======== MATERIAL FOR THIS EXERCISE

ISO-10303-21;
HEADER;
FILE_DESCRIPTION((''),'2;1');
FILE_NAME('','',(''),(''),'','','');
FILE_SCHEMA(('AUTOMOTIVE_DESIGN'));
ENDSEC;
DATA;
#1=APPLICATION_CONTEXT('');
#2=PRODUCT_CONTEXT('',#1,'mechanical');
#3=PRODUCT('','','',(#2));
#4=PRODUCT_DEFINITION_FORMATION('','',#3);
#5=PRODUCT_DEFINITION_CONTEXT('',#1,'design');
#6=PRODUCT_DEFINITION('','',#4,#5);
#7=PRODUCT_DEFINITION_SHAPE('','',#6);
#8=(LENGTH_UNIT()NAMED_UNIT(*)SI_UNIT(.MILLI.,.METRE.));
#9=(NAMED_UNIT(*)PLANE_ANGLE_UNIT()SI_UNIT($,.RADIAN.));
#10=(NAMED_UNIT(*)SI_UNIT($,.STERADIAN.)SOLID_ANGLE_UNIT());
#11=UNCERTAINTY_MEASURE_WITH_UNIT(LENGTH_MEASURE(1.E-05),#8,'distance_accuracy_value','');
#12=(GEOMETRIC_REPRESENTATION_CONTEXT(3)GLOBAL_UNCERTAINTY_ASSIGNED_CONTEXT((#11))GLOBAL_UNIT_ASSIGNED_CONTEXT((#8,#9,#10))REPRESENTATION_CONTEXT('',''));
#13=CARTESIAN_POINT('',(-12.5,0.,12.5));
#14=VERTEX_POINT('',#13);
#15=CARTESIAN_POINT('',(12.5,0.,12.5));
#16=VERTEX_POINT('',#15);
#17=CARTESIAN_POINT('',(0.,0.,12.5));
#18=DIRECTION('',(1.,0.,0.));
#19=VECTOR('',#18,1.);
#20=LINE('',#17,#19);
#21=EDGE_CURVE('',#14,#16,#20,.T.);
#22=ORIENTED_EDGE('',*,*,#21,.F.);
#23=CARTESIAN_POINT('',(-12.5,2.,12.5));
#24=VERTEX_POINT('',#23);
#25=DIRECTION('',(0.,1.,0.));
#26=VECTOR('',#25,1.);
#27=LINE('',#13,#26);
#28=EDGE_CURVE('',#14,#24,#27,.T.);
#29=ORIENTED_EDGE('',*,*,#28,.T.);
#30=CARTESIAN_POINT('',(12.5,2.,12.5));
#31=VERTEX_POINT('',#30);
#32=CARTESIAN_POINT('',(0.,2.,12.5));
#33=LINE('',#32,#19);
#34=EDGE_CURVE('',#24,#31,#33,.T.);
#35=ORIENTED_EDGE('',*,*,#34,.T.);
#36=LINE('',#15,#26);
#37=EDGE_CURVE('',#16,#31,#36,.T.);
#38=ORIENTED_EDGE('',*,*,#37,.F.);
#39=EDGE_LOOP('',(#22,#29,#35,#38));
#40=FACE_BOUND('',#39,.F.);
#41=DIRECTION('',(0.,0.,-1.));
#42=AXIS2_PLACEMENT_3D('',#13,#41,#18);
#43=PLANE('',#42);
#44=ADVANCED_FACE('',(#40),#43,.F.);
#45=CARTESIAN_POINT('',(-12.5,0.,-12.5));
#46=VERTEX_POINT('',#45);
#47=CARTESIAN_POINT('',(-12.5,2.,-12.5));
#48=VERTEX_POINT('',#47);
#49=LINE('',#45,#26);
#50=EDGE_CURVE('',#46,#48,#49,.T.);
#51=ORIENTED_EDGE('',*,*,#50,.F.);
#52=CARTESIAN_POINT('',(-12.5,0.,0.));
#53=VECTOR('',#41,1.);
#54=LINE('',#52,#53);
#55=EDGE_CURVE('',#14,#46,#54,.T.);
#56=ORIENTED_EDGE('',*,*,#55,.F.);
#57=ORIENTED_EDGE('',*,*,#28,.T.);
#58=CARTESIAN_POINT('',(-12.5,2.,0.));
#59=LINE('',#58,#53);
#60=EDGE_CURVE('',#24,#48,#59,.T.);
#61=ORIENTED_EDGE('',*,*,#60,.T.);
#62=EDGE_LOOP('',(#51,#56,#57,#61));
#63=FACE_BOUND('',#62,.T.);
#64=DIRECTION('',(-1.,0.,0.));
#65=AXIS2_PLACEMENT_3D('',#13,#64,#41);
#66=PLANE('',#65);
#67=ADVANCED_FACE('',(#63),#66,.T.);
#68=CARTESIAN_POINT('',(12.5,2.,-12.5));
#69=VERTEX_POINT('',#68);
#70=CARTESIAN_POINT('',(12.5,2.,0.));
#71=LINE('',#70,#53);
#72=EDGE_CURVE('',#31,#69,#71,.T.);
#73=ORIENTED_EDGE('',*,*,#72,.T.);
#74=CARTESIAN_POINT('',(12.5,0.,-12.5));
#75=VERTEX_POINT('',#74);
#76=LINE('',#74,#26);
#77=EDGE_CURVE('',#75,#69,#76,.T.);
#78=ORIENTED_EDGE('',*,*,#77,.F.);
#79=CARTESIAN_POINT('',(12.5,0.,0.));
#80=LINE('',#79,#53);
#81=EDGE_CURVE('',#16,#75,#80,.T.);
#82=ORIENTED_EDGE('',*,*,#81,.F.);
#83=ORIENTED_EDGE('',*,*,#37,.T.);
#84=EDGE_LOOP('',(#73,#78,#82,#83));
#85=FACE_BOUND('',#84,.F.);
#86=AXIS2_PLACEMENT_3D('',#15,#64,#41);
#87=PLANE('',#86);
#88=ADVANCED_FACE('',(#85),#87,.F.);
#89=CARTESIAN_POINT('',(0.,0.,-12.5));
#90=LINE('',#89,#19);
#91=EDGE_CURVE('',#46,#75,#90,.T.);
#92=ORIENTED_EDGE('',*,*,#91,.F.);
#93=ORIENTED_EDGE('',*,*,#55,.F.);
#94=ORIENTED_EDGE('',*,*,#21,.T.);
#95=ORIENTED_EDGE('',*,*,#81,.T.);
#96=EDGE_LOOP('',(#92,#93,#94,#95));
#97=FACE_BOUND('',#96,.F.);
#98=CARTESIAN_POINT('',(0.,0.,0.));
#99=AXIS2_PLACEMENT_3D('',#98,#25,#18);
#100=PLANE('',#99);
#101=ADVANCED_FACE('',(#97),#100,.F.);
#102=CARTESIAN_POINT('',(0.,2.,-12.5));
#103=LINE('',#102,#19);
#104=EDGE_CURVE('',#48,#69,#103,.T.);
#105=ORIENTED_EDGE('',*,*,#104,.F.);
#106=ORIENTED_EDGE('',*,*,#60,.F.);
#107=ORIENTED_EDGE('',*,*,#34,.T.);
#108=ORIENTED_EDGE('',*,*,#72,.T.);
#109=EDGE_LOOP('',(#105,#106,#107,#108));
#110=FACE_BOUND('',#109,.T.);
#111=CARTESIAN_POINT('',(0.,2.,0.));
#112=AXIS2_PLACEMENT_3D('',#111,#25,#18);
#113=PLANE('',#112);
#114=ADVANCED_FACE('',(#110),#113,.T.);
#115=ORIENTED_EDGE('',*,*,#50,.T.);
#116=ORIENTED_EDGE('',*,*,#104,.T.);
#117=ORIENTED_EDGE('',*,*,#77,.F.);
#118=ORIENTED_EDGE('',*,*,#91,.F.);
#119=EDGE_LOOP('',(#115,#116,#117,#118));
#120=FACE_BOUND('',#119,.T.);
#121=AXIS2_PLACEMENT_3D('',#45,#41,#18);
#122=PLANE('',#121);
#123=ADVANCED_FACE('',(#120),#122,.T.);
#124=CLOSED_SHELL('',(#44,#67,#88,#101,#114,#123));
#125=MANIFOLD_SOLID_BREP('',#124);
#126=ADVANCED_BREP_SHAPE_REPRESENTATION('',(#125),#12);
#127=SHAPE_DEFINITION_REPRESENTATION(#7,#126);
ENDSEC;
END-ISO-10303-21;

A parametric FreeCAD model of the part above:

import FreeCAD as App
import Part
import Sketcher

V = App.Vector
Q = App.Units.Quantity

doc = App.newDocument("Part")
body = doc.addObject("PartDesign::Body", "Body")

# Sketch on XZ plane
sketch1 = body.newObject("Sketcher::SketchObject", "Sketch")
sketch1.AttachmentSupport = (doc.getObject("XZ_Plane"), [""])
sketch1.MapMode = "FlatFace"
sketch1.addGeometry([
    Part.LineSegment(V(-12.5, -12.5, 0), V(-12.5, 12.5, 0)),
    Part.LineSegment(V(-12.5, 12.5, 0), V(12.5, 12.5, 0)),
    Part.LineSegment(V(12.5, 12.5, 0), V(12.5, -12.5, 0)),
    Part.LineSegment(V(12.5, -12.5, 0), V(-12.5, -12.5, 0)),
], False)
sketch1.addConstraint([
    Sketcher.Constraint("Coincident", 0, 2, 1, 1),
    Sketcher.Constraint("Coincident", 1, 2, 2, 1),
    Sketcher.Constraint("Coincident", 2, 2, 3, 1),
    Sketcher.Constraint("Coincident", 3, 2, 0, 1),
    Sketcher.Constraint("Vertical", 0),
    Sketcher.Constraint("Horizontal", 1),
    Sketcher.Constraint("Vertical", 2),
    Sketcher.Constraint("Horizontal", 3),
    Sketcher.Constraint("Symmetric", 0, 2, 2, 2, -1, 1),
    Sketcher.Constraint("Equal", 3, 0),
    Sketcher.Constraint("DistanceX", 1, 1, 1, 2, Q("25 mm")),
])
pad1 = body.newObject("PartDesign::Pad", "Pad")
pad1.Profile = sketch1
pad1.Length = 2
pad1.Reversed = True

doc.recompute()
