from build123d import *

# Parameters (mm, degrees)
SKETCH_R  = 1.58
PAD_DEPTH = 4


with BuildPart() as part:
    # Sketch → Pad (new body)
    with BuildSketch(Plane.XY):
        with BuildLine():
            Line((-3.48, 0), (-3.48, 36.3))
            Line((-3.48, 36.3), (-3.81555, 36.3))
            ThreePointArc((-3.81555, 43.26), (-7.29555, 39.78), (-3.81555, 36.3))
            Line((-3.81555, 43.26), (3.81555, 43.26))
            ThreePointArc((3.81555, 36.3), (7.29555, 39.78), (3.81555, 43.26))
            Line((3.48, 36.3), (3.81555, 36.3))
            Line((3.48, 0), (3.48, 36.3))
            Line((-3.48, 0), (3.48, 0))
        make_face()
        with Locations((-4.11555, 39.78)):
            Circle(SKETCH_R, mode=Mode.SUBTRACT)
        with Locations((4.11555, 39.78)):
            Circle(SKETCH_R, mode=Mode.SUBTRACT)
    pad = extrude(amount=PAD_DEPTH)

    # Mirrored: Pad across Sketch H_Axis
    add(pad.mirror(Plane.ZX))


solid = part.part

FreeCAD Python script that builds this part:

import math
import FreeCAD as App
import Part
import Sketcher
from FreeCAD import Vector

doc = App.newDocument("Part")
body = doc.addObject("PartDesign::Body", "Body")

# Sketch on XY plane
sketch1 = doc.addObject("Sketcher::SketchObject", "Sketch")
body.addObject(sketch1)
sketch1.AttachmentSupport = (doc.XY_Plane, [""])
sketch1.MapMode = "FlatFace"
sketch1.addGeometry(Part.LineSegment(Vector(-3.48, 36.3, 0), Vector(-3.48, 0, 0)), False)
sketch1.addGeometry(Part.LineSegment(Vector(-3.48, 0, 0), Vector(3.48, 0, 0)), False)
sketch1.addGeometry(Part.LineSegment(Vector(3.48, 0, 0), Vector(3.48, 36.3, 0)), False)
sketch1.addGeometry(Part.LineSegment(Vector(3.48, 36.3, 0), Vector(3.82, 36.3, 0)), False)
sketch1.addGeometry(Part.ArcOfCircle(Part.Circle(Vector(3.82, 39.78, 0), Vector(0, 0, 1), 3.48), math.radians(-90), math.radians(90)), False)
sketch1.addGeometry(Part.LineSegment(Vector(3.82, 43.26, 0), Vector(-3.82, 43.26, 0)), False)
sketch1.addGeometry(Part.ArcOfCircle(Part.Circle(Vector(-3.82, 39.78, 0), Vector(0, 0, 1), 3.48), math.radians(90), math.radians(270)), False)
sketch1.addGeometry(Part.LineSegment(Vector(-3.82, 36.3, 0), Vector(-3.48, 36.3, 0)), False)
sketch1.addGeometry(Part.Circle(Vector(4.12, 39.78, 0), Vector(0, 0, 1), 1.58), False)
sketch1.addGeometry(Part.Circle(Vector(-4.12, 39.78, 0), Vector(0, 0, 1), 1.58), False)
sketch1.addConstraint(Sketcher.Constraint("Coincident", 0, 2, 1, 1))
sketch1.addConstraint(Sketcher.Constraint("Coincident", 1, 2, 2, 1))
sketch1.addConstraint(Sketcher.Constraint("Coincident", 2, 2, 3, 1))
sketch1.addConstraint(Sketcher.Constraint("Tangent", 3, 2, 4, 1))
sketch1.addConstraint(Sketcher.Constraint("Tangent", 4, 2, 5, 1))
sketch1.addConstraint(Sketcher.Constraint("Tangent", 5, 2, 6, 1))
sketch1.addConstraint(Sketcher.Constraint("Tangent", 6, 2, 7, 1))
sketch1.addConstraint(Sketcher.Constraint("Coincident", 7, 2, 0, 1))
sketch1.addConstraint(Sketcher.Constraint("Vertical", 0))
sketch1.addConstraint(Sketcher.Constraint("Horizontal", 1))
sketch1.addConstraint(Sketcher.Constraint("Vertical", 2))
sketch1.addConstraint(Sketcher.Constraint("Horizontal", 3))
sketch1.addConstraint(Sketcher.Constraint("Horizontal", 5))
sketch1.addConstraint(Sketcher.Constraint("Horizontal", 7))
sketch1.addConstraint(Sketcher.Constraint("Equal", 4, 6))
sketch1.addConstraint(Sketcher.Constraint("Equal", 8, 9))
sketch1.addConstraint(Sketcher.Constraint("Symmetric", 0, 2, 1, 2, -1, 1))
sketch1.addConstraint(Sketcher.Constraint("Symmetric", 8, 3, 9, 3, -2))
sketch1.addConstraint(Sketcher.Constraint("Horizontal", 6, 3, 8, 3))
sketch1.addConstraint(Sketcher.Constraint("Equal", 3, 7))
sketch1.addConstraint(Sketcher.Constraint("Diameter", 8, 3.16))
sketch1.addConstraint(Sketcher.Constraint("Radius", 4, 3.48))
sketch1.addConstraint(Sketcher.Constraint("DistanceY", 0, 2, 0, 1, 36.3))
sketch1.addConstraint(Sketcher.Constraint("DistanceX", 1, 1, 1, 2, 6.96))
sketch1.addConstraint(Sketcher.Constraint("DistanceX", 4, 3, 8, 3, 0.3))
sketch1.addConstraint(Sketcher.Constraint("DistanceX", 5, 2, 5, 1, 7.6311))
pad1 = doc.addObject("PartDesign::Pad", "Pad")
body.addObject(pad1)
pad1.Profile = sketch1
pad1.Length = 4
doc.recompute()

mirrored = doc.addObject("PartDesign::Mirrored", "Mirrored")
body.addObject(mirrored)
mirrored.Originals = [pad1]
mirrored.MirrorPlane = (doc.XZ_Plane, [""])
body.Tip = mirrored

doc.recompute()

================

**DIRECTIONS FOR THIS TASK**
Using the data above, repeat exactly the lines that begin at the line with "#27=LINE('',#13,#26);" and end at the line with "#46=VERTEX_POINT('',#45);", both ends included.

**SOLVED PROBLEM**
#27=LINE('',#13,#26);
#28=EDGE_CURVE('',#14,#24,#27,.T.);
#29=ORIENTED_EDGE('',*,*,#28,.T.);
#30=CARTESIAN_POINT('',(12.5,2.,12.5));
#31=VERTEX_POINT('',#30);
#32=CARTESIAN_POINT('',(0.,2.,12.5));
#33=LINE('',#32,#19);
#34=EDGE_CURVE('',#24,#31,#33,.T.);
#35=ORIENTED_EDGE('',*,*,#34,.T.);
#36=LINE('',#15,#26);
#37=EDGE_CURVE('',#16,#31,#36,.T.);
#38=ORIENTED_EDGE('',*,*,#37,.F.);
#39=EDGE_LOOP('',(#22,#29,#35,#38));
#40=FACE_BOUND('',#39,.F.);
#41=DIRECTION('',(0.,0.,-1.));
#42=AXIS2_PLACEMENT_3D('',#13,#41,#18);
#43=PLANE('',#42);
#44=ADVANCED_FACE('',(#40),#43,.F.);
#45=CARTESIAN_POINT('',(-12.5,0.,-12.5));
#46=VERTEX_POINT('',#45);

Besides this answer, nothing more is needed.